Work order: Copy out the entries below exactly as they stand, but only from the line containing "#75=PLANE('',#26);" through the line containing "END-ISO-10303-21;".

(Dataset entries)
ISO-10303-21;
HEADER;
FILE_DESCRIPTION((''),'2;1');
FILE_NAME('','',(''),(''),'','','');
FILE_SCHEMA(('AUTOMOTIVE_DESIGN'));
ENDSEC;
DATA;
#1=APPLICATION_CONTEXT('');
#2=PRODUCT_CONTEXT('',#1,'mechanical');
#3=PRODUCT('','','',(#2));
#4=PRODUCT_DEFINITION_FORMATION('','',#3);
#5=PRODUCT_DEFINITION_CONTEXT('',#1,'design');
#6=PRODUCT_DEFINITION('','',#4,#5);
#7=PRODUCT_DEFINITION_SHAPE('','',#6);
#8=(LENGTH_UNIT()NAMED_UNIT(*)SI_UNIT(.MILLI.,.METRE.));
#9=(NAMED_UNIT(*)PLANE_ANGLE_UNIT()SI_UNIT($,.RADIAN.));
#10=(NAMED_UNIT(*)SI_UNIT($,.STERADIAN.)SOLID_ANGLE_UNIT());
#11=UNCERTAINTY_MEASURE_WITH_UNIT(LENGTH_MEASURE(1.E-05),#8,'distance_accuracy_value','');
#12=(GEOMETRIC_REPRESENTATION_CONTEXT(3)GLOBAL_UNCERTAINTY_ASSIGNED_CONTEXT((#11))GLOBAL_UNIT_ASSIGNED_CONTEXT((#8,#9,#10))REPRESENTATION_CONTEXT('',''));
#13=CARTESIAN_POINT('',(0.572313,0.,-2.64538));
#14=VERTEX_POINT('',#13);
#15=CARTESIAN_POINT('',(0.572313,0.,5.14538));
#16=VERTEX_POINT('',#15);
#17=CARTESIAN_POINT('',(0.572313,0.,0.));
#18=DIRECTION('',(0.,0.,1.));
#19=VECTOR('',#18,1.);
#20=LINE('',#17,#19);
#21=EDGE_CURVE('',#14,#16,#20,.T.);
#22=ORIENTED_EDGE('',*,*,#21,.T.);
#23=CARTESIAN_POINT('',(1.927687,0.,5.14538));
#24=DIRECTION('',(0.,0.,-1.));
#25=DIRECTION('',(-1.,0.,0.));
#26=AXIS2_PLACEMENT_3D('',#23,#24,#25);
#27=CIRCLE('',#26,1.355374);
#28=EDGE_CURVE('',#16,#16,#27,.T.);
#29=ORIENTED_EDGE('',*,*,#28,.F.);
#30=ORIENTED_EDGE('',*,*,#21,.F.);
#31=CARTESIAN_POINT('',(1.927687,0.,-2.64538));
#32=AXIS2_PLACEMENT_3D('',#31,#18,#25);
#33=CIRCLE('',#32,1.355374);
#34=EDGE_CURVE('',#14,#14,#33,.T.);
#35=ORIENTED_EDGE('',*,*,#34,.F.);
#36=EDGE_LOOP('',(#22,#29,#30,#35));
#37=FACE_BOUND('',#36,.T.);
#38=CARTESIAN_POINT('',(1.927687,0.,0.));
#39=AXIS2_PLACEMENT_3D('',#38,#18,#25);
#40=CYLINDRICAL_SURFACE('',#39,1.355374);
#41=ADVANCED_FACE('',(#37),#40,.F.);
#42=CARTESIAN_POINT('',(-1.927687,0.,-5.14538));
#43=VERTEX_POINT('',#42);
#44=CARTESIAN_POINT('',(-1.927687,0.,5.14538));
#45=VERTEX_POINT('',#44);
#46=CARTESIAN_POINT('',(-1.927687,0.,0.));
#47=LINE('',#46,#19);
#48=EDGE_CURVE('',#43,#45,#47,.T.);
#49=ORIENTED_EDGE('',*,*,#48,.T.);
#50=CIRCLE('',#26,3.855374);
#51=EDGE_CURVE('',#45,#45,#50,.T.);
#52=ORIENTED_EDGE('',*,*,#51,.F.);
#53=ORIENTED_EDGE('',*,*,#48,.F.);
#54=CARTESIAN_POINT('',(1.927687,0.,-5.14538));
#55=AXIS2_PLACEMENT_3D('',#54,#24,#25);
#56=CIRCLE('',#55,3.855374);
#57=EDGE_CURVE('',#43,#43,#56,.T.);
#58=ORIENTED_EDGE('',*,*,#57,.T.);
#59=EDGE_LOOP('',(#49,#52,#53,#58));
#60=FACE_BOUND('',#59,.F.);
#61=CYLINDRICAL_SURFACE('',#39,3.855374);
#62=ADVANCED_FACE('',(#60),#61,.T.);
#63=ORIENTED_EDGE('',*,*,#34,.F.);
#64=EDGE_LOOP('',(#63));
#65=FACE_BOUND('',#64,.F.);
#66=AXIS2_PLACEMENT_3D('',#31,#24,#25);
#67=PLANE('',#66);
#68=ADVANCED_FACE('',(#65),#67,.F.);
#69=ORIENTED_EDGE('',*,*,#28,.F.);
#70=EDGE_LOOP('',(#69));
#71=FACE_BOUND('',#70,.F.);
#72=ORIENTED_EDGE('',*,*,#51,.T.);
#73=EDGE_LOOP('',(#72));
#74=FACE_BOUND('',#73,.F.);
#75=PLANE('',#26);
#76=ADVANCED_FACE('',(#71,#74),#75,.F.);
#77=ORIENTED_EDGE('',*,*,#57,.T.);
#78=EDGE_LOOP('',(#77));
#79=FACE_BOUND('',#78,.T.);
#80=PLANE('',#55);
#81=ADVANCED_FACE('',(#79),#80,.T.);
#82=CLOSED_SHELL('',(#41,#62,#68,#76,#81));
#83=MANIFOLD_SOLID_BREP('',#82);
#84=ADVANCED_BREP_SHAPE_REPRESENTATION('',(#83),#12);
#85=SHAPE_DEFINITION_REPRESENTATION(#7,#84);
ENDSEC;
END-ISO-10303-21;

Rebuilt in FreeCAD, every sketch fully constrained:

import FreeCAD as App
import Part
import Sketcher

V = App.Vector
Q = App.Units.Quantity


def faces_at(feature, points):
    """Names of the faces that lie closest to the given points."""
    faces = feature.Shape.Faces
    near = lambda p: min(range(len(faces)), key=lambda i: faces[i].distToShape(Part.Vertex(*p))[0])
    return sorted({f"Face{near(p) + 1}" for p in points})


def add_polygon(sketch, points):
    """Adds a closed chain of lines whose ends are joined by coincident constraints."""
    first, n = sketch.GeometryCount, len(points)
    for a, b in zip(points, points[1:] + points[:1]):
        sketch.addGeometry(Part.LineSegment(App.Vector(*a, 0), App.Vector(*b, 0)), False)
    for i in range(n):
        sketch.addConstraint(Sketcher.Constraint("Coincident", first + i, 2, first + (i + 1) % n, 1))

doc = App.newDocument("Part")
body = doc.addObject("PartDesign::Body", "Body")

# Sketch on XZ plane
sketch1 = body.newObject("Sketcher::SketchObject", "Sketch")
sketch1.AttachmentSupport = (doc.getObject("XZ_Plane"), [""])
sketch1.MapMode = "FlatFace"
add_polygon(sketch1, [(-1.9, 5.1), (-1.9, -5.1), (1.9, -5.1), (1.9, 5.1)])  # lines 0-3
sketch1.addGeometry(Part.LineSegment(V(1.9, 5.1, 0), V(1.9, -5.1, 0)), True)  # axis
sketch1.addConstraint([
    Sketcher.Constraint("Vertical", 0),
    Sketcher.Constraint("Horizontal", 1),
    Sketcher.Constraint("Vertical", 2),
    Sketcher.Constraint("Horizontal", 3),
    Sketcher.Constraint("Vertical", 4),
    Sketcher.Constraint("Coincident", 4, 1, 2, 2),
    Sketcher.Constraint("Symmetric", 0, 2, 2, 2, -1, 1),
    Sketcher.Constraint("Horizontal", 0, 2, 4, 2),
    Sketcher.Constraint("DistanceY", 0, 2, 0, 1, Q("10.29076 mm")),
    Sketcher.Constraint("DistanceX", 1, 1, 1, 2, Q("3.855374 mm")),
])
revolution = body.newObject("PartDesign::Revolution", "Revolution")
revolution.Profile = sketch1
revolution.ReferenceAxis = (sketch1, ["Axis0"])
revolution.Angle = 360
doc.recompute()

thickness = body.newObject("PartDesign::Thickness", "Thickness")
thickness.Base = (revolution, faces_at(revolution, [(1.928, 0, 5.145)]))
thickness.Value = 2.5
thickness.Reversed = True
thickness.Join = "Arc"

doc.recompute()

---

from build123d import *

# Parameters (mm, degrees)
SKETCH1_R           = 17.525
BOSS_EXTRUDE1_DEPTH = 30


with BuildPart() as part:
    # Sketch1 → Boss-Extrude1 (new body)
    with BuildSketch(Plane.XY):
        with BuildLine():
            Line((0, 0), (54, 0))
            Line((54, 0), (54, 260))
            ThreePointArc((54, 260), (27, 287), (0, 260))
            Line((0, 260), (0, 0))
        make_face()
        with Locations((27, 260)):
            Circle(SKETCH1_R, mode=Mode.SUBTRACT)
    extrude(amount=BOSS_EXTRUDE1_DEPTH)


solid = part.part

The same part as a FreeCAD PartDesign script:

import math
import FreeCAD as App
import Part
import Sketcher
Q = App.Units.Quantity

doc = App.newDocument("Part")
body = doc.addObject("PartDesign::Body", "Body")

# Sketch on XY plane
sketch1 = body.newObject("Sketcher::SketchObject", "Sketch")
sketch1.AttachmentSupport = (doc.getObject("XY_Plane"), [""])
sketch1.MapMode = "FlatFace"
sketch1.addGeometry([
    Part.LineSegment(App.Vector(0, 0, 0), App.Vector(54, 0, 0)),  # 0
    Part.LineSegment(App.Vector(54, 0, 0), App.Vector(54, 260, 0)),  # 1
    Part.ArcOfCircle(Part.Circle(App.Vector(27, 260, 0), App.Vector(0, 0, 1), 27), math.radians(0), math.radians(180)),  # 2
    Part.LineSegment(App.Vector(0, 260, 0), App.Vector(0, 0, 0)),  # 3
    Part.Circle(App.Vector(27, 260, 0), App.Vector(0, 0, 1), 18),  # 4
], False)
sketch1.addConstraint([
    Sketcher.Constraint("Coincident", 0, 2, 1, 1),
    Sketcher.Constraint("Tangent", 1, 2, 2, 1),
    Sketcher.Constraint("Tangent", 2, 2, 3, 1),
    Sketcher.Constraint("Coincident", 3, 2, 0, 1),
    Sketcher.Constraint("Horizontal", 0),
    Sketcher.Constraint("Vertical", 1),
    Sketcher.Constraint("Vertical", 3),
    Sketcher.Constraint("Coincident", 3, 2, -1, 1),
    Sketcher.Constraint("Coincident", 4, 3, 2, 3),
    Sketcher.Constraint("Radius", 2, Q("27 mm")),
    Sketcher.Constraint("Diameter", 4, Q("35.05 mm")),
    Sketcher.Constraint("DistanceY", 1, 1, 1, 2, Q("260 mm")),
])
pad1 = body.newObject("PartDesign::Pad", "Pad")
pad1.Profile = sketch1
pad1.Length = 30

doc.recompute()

Problem solution:
#75=PLANE('',#26);
#76=ADVANCED_FACE('',(#71,#74),#75,.F.);
#77=ORIENTED_EDGE('',*,*,#57,.T.);
#78=EDGE_LOOP('',(#77));
#79=FACE_BOUND('',#78,.T.);
#80=PLANE('',#55);
#81=ADVANCED_FACE('',(#79),#80,.T.);
#82=CLOSED_SHELL('',(#41,#62,#68,#76,#81));
#83=MANIFOLD_SOLID_BREP('',#82);
#84=ADVANCED_BREP_SHAPE_REPRESENTATION('',(#83),#12);
#85=SHAPE_DEFINITION_REPRESENTATION(#7,#84);
ENDSEC;
END-ISO-10303-21;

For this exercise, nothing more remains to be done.